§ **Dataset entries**
::::::::

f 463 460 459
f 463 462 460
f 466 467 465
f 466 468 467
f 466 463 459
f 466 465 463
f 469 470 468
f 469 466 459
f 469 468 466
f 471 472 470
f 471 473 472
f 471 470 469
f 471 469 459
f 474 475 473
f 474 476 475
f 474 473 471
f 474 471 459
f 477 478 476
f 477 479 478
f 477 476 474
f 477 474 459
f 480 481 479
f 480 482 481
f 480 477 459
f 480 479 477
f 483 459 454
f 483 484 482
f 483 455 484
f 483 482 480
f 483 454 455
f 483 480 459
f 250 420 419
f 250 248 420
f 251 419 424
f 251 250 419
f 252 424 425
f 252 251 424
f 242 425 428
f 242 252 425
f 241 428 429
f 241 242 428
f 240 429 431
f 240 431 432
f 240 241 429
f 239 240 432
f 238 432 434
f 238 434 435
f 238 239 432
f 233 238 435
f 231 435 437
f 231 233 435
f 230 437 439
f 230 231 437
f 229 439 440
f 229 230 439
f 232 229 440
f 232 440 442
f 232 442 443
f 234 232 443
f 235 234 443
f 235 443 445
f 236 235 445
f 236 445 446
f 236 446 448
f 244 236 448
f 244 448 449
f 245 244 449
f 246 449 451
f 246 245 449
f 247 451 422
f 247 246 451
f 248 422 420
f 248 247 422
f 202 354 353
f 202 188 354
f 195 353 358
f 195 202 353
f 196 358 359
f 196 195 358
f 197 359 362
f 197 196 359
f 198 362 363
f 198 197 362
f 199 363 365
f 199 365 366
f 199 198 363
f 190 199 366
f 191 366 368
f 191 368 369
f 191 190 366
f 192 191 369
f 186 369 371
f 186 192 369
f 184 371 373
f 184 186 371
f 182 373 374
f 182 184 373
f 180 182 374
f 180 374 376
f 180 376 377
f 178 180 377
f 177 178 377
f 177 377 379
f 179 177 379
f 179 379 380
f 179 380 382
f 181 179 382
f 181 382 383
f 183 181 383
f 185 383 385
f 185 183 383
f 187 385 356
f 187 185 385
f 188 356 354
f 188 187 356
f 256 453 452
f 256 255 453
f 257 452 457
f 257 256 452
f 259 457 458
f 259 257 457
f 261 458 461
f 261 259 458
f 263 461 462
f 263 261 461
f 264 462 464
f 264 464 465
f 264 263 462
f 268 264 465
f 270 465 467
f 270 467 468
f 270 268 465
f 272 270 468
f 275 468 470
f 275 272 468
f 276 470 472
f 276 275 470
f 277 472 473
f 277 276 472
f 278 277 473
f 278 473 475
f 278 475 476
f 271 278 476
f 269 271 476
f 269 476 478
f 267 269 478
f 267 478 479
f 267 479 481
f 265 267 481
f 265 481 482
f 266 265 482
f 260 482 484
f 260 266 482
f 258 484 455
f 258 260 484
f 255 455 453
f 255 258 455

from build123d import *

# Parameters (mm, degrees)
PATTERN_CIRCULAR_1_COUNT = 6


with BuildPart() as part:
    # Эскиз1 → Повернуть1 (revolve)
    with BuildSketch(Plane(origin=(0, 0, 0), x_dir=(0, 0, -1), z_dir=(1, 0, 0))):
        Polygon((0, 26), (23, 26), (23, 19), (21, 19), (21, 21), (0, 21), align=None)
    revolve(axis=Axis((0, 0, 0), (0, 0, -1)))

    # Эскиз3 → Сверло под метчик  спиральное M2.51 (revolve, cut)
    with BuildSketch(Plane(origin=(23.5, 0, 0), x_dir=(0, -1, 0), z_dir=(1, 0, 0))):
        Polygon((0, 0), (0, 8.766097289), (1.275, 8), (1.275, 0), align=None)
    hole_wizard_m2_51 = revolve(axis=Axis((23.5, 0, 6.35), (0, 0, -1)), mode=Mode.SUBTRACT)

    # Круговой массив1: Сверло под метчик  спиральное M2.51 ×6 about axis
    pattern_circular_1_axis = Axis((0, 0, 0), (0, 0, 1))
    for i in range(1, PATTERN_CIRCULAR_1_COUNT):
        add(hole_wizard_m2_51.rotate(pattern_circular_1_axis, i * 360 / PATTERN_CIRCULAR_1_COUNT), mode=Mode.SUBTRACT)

::::::::

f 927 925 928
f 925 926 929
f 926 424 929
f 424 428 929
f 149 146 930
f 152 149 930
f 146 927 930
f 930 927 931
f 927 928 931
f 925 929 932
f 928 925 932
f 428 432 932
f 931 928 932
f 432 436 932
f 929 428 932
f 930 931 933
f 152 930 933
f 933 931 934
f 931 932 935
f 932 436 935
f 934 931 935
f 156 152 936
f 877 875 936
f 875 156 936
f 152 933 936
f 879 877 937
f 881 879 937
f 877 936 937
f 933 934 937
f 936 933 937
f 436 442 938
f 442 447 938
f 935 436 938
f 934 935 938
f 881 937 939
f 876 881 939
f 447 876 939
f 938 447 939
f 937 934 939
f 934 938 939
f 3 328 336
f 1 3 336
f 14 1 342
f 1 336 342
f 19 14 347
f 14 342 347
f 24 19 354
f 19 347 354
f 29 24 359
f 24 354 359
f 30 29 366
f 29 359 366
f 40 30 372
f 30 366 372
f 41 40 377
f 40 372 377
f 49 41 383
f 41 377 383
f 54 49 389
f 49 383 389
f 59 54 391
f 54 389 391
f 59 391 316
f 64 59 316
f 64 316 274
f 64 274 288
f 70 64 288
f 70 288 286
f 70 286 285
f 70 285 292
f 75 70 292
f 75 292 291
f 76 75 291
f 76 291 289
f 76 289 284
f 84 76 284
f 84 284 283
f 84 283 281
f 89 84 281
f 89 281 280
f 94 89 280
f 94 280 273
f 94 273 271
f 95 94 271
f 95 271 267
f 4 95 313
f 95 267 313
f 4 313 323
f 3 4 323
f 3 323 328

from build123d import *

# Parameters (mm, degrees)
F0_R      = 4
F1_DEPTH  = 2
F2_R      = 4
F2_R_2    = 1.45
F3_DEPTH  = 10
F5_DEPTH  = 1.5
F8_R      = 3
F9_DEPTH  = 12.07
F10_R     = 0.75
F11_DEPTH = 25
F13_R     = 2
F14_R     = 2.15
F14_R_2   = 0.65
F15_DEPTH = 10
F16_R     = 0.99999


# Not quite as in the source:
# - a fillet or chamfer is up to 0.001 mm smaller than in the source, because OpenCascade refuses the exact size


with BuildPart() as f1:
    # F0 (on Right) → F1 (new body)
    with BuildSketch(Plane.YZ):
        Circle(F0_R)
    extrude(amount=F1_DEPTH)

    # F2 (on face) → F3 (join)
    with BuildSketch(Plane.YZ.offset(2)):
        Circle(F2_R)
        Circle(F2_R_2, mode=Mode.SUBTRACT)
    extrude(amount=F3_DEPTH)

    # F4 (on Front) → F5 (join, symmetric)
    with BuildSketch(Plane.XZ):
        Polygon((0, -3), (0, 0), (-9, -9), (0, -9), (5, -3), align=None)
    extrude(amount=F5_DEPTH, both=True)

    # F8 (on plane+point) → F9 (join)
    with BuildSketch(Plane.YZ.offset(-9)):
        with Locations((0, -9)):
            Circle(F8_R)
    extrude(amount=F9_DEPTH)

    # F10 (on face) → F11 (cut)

::::::::

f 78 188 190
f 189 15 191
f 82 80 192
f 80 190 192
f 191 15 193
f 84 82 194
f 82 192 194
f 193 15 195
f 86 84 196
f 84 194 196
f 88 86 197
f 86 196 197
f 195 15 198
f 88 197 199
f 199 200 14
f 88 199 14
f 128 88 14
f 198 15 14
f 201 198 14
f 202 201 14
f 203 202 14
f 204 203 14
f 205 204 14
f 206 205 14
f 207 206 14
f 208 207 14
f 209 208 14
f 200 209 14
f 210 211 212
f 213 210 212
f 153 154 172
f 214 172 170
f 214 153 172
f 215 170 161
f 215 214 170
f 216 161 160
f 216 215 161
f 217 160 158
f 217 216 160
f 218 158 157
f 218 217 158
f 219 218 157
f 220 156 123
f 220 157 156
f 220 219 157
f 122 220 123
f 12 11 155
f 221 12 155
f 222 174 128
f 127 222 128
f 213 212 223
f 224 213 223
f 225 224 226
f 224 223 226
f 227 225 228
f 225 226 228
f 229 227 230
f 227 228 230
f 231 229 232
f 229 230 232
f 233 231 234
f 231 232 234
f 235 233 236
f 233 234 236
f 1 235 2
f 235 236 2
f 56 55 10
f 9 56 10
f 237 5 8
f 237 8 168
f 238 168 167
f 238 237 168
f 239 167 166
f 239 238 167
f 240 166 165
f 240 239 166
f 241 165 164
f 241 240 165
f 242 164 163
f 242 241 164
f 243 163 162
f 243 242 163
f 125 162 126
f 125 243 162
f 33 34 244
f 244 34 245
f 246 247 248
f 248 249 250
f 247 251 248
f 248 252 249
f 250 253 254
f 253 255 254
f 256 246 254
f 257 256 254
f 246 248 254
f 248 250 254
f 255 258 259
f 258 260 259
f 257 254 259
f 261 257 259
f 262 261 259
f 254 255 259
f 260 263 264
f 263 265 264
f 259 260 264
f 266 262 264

::::::::

§ **Instructions for the task**
Retype only the lines above between the line with "f 463 460 459" and the line with "f 483 480 459", counting those two lines as well, and keep every character as it is.

§ **Answer area**
f 463 460 459
f 463 462 460
f 466 467 465
f 466 468 467
f 466 463 459
f 466 465 463
f 469 470 468
f 469 466 459
f 469 468 466
f 471 472 470
f 471 473 472
f 471 470 469
f 471 469 459
f 474 475 473
f 474 476 475
f 474 473 471
f 474 471 459
f 477 478 476
f 477 479 478
f 477 476 474
f 477 474 459
f 480 481 479
f 480 482 481
f 480 477 459
f 480 479 477
f 483 459 454
f 483 484 482
f 483 455 484
f 483 482 480
f 483 454 455
f 483 480 459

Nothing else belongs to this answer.